Studio album by Blue System
- Released: 30 September 1991
- Recorded: 1991
- Genre: Synth-pop
- Length: 36:57
- Label: Hansa
- Producer: Dieter Bohlen; Luis Rodríguez;

Blue System chronology
| Seeds of Heaven (1991) | Déjà vu (1991) | Hello America (1992) |

Singles from Déjà vu
- "Déjà vu" Released: 9 September 1991; "It's All Over" Released: 25 November 1991;

= Déjà vu (Blue System album) =

Déjà vu is the sixth album by Blue System. It was published in 1991 by BMG Ariola and produced by Dieter Bohlen.
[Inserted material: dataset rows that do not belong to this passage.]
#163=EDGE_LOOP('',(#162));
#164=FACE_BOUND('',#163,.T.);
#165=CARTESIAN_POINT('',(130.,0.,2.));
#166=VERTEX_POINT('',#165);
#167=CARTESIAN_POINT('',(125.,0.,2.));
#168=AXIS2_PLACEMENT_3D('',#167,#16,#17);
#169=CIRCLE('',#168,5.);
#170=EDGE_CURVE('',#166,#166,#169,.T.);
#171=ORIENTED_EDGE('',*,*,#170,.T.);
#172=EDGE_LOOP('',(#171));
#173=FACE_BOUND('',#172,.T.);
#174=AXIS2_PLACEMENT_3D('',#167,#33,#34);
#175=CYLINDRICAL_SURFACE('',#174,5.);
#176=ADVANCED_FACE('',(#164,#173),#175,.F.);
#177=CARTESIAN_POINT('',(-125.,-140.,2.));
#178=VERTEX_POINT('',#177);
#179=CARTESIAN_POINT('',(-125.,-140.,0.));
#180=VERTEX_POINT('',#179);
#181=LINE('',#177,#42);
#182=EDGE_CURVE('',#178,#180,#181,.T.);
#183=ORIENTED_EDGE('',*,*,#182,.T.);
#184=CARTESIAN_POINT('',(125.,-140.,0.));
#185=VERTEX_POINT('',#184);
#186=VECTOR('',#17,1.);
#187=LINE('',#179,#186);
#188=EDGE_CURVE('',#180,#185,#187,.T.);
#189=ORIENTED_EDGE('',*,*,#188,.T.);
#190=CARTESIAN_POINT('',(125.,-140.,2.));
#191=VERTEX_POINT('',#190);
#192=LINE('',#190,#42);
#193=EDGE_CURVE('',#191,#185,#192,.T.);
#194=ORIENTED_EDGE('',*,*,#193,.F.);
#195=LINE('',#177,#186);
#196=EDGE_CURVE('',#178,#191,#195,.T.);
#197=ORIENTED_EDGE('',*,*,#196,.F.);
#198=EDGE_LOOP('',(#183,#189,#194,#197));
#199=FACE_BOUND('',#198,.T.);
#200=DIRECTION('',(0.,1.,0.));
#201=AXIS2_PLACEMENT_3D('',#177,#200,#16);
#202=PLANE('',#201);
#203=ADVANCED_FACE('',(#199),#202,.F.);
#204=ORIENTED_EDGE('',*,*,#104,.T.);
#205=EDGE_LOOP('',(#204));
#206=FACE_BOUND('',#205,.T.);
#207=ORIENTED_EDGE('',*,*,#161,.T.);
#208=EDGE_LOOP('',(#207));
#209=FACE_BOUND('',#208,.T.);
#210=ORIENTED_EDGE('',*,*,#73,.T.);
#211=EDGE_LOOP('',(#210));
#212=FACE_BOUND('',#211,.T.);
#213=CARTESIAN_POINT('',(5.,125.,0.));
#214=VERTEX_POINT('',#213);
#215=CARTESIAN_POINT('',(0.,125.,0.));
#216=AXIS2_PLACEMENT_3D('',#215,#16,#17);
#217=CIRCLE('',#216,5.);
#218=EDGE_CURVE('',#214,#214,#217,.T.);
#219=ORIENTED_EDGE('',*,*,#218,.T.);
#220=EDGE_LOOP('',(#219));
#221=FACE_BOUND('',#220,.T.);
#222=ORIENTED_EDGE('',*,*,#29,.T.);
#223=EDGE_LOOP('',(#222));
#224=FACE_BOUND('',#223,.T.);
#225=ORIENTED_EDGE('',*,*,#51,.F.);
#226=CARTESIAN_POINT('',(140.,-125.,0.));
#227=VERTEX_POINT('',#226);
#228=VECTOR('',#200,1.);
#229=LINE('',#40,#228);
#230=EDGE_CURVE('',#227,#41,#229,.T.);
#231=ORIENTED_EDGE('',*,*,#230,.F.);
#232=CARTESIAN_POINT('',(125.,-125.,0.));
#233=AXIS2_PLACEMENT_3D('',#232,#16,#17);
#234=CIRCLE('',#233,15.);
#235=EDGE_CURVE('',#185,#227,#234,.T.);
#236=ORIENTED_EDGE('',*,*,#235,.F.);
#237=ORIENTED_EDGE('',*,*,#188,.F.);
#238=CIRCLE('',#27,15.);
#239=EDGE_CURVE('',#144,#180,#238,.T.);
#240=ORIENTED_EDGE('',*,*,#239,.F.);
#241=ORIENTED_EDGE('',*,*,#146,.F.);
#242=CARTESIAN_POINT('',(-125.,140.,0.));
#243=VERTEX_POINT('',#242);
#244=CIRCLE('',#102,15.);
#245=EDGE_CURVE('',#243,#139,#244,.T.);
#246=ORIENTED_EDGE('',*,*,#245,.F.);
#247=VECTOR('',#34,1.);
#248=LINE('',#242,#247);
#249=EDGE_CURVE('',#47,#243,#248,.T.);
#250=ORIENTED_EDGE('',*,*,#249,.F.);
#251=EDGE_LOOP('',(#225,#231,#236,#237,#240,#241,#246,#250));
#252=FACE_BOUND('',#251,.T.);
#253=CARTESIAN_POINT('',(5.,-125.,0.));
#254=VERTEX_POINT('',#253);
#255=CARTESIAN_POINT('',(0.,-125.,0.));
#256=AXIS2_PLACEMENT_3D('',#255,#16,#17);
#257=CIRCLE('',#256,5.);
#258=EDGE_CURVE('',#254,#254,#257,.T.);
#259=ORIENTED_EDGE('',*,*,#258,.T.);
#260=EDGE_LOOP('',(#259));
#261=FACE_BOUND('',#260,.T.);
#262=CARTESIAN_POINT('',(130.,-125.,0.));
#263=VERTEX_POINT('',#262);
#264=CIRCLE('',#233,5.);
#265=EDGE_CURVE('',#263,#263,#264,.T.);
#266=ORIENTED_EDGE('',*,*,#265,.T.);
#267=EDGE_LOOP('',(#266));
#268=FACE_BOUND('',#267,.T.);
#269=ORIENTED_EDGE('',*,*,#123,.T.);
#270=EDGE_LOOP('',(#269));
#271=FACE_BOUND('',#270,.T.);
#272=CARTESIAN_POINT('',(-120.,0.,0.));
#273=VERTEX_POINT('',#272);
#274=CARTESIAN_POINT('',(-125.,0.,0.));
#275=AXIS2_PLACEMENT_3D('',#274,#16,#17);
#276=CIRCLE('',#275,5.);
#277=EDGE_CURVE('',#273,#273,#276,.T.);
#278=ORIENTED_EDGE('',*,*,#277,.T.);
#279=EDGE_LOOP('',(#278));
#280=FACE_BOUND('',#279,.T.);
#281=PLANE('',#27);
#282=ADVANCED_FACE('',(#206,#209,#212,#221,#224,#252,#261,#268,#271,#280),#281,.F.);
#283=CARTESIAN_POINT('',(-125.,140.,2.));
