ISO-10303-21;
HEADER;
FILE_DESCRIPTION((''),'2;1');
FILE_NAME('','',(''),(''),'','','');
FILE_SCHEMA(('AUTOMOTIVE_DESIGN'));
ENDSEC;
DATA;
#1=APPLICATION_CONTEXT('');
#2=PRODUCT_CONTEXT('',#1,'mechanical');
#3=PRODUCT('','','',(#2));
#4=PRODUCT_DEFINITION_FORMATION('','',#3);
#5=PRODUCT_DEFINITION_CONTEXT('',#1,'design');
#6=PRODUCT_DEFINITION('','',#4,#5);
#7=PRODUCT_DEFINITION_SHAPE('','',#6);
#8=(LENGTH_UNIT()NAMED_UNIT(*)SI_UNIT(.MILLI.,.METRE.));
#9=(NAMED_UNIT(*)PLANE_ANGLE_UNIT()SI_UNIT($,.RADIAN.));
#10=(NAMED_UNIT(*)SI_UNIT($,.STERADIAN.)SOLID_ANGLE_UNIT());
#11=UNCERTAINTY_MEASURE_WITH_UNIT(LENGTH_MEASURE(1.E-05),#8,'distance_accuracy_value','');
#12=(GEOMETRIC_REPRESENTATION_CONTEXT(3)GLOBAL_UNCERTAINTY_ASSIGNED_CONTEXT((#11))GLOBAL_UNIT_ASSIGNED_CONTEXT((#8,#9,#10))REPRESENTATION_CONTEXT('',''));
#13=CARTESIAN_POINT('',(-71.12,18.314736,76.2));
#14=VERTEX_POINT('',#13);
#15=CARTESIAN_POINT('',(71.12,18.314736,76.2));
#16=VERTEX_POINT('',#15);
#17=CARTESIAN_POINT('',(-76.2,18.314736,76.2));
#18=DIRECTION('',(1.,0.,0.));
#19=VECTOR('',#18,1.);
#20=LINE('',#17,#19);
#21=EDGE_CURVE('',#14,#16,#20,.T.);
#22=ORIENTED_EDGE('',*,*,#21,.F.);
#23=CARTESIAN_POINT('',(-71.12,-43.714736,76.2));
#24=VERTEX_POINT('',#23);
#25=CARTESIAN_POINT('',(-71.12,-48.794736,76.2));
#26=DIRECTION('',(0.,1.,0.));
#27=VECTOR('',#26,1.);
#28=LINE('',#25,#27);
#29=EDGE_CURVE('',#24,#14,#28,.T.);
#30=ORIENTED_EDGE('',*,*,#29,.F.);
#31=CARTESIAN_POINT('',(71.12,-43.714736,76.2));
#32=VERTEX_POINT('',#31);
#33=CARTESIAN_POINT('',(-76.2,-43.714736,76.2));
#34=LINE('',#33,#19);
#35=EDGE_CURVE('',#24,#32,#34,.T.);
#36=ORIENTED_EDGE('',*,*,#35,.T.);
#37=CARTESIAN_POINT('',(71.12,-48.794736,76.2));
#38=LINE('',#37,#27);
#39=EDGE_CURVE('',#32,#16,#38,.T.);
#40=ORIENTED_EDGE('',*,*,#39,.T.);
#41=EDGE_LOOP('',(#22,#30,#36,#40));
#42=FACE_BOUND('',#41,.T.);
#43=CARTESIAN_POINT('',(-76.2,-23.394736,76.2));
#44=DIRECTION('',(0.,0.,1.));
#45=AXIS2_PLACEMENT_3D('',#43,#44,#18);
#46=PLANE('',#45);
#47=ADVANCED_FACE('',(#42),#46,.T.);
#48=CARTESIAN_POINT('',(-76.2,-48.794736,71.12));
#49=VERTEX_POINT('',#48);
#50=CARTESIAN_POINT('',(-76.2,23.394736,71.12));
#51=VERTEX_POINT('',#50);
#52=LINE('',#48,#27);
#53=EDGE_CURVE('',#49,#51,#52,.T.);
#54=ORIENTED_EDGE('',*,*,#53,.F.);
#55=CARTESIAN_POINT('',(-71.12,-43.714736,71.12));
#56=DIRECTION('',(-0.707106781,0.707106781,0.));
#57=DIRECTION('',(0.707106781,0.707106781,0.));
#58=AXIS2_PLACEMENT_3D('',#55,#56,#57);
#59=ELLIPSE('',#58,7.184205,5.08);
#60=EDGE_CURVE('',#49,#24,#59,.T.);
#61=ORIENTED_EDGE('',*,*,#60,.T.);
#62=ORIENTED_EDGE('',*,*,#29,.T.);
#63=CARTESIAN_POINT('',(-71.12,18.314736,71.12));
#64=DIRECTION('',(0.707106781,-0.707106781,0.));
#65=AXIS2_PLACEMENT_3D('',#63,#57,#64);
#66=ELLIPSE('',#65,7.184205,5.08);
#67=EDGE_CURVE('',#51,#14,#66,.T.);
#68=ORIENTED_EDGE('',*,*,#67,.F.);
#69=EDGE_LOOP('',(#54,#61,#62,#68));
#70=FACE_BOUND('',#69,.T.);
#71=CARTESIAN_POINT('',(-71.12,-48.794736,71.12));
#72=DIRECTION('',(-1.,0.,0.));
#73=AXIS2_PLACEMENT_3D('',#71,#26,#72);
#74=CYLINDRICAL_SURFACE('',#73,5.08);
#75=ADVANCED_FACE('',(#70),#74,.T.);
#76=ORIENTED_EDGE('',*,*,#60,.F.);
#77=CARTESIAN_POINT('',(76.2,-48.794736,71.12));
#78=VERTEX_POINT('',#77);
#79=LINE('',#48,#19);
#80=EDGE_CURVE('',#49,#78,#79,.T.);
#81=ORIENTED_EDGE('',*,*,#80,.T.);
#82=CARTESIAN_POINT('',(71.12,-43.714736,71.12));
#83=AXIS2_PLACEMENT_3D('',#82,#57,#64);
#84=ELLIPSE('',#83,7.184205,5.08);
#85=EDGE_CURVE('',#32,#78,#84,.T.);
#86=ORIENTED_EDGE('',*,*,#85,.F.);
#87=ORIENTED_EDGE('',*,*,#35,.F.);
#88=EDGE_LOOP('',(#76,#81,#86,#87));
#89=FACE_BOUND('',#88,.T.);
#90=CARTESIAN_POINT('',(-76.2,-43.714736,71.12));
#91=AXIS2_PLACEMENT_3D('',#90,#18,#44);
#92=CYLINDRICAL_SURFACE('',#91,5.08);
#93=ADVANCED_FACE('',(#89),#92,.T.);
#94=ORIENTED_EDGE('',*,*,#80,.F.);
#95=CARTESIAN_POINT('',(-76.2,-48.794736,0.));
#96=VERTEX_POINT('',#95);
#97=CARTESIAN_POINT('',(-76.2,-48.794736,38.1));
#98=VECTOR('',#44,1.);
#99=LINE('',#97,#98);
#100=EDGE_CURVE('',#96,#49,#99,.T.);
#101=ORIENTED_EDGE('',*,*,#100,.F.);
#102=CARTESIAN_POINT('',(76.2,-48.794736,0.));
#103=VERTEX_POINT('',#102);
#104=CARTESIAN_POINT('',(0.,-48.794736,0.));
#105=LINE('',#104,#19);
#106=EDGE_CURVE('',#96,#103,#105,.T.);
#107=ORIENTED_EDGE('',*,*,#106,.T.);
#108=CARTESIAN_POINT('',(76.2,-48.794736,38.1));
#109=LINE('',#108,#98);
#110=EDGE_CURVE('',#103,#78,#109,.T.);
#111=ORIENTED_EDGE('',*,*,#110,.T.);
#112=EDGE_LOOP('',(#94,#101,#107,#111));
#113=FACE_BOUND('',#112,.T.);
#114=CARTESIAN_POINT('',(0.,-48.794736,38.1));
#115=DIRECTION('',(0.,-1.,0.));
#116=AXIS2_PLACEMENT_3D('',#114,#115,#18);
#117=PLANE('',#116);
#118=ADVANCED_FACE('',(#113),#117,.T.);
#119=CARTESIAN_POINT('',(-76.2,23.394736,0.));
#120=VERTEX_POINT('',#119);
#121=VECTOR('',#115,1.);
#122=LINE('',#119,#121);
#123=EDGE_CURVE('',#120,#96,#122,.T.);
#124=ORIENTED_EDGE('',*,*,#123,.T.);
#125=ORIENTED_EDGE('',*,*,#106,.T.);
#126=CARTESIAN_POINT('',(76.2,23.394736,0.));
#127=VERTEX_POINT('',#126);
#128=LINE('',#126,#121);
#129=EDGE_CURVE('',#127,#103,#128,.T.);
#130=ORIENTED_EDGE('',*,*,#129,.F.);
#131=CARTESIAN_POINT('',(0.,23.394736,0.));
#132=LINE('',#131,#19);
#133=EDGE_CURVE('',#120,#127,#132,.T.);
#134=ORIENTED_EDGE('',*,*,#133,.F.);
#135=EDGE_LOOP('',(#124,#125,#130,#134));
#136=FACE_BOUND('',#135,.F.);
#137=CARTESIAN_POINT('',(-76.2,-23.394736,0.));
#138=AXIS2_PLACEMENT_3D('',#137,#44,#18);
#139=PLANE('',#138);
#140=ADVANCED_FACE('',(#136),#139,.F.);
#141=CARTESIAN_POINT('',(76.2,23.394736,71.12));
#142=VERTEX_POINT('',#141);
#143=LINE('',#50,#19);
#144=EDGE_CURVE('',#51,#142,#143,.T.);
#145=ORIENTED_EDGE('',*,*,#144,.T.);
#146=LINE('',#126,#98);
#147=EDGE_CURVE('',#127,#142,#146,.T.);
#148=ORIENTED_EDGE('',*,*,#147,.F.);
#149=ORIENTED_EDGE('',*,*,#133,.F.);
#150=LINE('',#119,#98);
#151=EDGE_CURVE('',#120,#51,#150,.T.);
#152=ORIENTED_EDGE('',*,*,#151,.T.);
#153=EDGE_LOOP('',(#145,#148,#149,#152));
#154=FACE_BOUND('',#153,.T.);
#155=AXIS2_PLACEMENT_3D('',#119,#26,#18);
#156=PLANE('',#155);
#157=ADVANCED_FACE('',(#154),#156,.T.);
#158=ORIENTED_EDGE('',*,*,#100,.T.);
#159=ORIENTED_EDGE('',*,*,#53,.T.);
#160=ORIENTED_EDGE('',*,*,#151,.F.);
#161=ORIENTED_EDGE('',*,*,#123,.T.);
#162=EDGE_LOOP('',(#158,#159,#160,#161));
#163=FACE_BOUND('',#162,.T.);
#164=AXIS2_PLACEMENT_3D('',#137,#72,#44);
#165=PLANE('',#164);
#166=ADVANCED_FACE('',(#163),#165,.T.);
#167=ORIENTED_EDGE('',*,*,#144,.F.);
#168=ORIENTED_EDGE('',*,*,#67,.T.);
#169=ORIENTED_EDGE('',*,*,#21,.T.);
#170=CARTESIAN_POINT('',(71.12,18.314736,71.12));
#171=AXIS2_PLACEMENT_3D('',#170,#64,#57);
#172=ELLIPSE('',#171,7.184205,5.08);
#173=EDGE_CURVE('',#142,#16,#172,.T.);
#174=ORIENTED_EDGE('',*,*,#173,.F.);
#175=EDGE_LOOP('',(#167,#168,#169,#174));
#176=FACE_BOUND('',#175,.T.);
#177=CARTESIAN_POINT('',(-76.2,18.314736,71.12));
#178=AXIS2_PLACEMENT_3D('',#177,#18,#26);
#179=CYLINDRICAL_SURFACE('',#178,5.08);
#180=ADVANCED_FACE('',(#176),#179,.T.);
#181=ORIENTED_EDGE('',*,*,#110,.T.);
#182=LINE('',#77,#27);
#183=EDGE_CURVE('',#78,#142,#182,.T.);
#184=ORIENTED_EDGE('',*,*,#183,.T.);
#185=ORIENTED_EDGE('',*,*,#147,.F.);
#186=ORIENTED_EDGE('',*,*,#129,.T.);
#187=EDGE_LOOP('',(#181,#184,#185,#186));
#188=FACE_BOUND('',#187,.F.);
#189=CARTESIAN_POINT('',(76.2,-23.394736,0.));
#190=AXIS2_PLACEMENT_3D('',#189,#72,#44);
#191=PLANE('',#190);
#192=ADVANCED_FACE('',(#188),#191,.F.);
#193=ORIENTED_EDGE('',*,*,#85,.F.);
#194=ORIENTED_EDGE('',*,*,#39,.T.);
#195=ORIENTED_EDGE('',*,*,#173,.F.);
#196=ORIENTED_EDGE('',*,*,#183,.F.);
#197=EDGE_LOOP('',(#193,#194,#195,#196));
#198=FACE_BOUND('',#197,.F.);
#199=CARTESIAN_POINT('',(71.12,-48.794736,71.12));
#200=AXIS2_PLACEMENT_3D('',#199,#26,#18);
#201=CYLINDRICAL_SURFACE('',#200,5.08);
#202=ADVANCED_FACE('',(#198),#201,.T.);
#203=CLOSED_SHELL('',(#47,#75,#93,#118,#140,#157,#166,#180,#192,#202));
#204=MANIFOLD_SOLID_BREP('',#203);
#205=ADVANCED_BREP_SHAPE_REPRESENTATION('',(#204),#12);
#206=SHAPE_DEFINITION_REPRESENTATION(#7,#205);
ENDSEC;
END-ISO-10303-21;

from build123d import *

# Parameters (mm, degrees)
F0_W     = 152.4
F0_H     = 46.7894710547
F1_DEPTH = 76.2
F2_W     = 152.4
F2_H     = 76.2
F3_DEPTH = 25.4
F4_R     = 5.08


with BuildPart() as f1:
    # F0 (on Top) → F1 (new body)
    with BuildSketch(Plane.XY):
        Rectangle(F0_W, F0_H)
    extrude(amount=F1_DEPTH)

    # F2 (on face) → F3 (join)
    with BuildSketch(Plane.XZ.offset(23.3947355273)):
        with Locations((0, 38.1)):
            Rectangle(F2_W, F2_H)
    extrude(amount=F3_DEPTH)

    # F4
    f4_edges = [f1.edges().sort_by_distance(p)[0] for p in [
        (0, 23.394736, 76.2),
        (-76.2, -12.7, 76.2),
        (0, -48.794736, 76.2),
        (76.2, -12.7, 76.2),
    ]]
    fillet(f4_edges, radius=F4_R)


solid = f1.part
The album contains 10 new tracks.

Professional ratings
Review scores
| Source | Rating |
| AllMusic | Star Half star |

==Release and promotion==
===Singles===
The title track, "Déjà vu", was released as the album's lead single on 9 September 1991, three weeks ahead of the album. It spent a total of 14 weeks on the German singles chart, with a two-week peak at number 12. "Déjà vu" also charted in Austria at number 16. Marketed as a duet between Dieter Bohlen and Dionne Warwick, "It's All Over" was released as the album's second and final single on 25 November 1991. It spent 7 weeks on the German Singles Chart, peaking in its first week at number 60.

== Track listing ==
All tracks written by Dieter Bohlen. Credits are adapted from the album's liner notes.

| No. | Title | Length |
|---|---|---|
| 1. | "Déjà vu" | 3:42 |
| 2. | "It's All Over" (feat. Dionne Warwick) | 3:57 |
| 3. | "New York – Berlin – Paris" | 3:59 |
| 4. | "Mrs. Jones" | 4:09 |
| 5. | "Sexy Thing" | 3:08 |
| 6. | "Praying to the Aliens" | 3:48 |
| 7. | "Dressed in Blue" | 3:30 |
| 8. | "Better Than the Rest" | 3:59 |
| 9. | "Is It Love?" | 3:02 |
| 10. | "Just Say No" | 3:44 |
| Total length: |  | 36:57 |

== Personnel ==
- Dieter Bohlen – lead vocals, producer, arranger, lyrics
- Rolf Köhler – refrain vocals, chorus falsetto
- Detlef Wiedeke – chorus falsetto
- Michael Scholz – chorus falsetto
- Luis Rodriguez – co-producer, engineering
- Recording – in Jeopark by Jeo and Vox Klang Studio
- Design – Ariola/Artpool
- Photograph – Esser & Strauss, and F. Gabowicz

== Charts ==
=== Weekly charts ===

| Chart (1991) | Peak position |
|---|---|
| Austrian Albums (Ö3 Austria) | 27 |
| German Albums (Offizielle Top 100) | 18 |

== Certifications ==

| Region | Certification | Certified units/sales |
| Germany (BVMI) | Gold | 250,000^{^} |
^{^} Shipments figures based on certification alone.